▶ [Material shown]:
BEGIN

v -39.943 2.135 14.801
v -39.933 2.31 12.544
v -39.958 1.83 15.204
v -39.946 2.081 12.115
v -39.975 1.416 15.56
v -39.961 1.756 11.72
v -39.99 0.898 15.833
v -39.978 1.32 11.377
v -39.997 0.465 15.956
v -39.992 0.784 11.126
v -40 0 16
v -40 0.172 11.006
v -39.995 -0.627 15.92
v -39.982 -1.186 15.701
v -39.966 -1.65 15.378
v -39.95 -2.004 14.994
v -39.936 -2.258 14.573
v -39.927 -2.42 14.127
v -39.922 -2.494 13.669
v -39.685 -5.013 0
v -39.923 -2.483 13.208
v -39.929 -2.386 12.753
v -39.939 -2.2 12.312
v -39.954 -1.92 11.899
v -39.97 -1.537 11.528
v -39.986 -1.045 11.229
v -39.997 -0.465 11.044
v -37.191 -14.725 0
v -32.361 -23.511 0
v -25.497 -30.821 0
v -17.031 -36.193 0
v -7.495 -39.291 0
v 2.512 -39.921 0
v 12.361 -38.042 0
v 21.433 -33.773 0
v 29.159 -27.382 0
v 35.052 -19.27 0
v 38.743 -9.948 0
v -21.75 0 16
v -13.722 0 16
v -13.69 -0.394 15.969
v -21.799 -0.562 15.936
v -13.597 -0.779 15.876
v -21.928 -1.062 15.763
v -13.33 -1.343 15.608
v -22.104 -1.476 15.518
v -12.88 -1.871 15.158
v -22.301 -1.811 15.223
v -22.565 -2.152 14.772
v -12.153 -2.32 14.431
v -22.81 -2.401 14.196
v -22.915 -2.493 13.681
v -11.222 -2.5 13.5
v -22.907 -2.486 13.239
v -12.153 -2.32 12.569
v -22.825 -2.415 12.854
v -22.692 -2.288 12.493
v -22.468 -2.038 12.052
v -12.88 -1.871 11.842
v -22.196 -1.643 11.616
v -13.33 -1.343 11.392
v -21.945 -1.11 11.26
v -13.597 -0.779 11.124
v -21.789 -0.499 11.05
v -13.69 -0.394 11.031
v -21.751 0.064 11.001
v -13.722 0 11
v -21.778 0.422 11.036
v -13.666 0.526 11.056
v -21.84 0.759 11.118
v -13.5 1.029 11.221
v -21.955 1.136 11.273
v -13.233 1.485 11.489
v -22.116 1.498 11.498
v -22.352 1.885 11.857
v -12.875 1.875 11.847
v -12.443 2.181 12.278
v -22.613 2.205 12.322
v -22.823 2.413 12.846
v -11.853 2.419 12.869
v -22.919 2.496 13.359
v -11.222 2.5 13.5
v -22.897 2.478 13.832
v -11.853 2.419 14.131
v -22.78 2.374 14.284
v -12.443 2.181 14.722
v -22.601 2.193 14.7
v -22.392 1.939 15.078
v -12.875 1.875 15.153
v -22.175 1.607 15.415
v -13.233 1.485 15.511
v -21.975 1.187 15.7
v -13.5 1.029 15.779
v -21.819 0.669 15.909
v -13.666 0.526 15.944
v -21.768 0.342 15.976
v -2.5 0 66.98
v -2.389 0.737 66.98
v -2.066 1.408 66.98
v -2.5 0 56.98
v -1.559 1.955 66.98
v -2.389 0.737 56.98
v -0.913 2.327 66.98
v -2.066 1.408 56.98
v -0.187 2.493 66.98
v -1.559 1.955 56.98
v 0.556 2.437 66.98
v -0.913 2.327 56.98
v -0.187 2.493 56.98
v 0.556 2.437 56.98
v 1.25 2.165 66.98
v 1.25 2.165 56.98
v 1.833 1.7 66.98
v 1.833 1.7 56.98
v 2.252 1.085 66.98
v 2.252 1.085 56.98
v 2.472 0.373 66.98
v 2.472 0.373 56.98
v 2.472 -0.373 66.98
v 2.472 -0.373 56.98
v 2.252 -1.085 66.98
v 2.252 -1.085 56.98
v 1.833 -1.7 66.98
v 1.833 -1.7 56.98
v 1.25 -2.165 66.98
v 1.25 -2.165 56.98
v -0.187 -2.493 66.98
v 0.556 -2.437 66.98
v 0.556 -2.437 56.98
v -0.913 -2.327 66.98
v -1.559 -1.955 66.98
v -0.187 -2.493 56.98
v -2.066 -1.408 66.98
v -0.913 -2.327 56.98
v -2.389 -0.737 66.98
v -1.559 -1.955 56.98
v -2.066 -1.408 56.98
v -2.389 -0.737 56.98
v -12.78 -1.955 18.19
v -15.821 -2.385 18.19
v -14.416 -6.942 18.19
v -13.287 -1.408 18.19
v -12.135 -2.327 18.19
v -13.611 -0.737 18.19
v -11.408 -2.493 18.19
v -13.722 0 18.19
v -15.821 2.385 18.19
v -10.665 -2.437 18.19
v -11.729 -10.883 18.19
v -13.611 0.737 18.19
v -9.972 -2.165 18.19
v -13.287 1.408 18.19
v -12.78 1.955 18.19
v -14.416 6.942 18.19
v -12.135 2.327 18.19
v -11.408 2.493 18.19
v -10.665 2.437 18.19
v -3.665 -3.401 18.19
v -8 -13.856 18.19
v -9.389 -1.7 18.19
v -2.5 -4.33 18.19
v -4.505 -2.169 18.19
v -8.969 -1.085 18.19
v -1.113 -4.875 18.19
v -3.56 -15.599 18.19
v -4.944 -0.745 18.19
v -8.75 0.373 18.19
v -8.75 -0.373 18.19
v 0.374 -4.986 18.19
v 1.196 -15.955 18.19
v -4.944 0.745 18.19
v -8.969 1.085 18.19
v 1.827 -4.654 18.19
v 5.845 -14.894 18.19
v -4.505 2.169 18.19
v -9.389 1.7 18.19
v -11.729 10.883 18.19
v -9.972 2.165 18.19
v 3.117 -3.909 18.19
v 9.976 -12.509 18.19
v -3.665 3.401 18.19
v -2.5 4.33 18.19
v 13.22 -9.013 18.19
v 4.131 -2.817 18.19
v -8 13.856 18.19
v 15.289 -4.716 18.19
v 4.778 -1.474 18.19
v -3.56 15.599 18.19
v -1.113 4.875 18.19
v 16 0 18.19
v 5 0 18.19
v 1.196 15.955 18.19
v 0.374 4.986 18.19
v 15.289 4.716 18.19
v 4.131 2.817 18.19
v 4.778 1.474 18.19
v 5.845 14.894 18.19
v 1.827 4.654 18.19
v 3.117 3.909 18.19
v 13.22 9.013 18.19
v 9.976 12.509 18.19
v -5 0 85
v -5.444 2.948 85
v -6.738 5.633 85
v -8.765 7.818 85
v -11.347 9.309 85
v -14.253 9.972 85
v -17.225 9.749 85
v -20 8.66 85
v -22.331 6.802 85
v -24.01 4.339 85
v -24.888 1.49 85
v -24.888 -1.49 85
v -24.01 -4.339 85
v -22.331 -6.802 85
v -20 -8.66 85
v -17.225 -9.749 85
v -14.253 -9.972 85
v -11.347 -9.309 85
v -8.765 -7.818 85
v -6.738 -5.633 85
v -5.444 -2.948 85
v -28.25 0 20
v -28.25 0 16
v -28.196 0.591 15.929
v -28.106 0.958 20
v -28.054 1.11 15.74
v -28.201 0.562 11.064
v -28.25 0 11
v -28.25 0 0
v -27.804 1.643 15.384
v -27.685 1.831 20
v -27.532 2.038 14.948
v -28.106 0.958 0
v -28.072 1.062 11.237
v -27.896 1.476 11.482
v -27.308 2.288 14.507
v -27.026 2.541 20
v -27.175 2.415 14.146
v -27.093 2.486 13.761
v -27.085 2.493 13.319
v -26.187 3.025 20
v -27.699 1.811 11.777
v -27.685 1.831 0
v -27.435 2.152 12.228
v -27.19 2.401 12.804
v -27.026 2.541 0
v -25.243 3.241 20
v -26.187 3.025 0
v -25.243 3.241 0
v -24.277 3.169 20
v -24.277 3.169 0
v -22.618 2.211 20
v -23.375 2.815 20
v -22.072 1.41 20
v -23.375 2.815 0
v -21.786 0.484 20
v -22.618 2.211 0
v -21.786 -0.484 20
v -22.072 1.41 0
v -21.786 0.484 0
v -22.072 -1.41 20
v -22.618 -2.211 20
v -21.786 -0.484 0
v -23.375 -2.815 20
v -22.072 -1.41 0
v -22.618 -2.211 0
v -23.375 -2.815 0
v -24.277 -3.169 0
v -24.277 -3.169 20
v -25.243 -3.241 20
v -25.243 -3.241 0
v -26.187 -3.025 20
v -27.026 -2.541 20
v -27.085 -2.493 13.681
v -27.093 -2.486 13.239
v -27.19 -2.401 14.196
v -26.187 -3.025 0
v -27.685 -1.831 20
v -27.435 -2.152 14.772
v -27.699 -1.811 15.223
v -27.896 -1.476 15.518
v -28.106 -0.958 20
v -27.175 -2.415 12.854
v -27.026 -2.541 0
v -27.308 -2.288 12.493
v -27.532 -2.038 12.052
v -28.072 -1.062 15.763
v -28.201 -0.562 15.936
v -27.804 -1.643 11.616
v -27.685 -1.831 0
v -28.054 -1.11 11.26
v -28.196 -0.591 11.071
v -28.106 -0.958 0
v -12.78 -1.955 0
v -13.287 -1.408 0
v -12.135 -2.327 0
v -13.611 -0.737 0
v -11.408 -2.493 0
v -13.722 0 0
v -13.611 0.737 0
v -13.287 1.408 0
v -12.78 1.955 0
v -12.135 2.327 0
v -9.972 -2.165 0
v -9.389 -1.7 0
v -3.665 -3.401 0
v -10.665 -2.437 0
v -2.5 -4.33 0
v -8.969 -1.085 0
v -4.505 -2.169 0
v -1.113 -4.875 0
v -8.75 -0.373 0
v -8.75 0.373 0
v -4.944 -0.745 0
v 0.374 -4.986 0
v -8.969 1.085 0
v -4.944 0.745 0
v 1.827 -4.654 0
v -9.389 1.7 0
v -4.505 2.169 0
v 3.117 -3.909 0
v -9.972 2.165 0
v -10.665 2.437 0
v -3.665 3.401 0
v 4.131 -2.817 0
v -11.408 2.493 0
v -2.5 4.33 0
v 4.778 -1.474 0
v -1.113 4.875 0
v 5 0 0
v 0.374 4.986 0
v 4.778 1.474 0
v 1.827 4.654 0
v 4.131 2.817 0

END

▶ [Problem statement]:
Write out, word for word, the line containing "v -27.026 2.541 0" and all the lines after it in the entries above, and nothing more.

▶ [Written reply]:
v -27.026 2.541 0
v -25.243 3.241 20
v -26.187 3.025 0
v -25.243 3.241 0
v -24.277 3.169 20
v -24.277 3.169 0
v -22.618 2.211 20
v -23.375 2.815 20
v -22.072 1.41 20
v -23.375 2.815 0
v -21.786 0.484 20
v -22.618 2.211 0
v -21.786 -0.484 20
v -22.072 1.41 0
v -21.786 0.484 0
v -22.072 -1.41 20
v -22.618 -2.211 20
v -21.786 -0.484 0
v -23.375 -2.815 20
v -22.072 -1.41 0
v -22.618 -2.211 0
v -23.375 -2.815 0
v -24.277 -3.169 0
v -24.277 -3.169 20
v -25.243 -3.241 20
v -25.243 -3.241 0
v -26.187 -3.025 20
v -27.026 -2.541 20
v -27.085 -2.493 13.681
v -27.093 -2.486 13.239
v -27.19 -2.401 14.196
v -26.187 -3.025 0
v -27.685 -1.831 20
v -27.435 -2.152 14.772
v -27.699 -1.811 15.223
v -27.896 -1.476 15.518
v -28.106 -0.958 20
v -27.175 -2.415 12.854
v -27.026 -2.541 0
v -27.308 -2.288 12.493
v -27.532 -2.038 12.052
v -28.072 -1.062 15.763
v -28.201 -0.562 15.936
v -27.804 -1.643 11.616
v -27.685 -1.831 0
v -28.054 -1.11 11.26
v -28.196 -0.591 11.071
v -28.106 -0.958 0
v -12.78 -1.955 0
v -13.287 -1.408 0
v -12.135 -2.327 0
v -13.611 -0.737 0
v -11.408 -2.493 0
v -13.722 0 0
v -13.611 0.737 0
v -13.287 1.408 0
v -12.78 1.955 0
v -12.135 2.327 0
v -9.972 -2.165 0
v -9.389 -1.7 0
v -3.665 -3.401 0
v -10.665 -2.437 0
v -2.5 -4.33 0
v -8.969 -1.085 0
v -4.505 -2.169 0
v -1.113 -4.875 0
v -8.75 -0.373 0
v -8.75 0.373 0
v -4.944 -0.745 0
v 0.374 -4.986 0
v -8.969 1.085 0
v -4.944 0.745 0
v 1.827 -4.654 0
v -9.389 1.7 0
v -4.505 2.169 0
v 3.117 -3.909 0
v -9.972 2.165 0
v -10.665 2.437 0
v -3.665 3.401 0
v 4.131 -2.817 0
v -11.408 2.493 0
v -2.5 4.33 0
v 4.778 -1.474 0
v -1.113 4.875 0
v 5 0 0
v 0.374 4.986 0
v 4.778 1.474 0
v 1.827 4.654 0
v 4.131 2.817 0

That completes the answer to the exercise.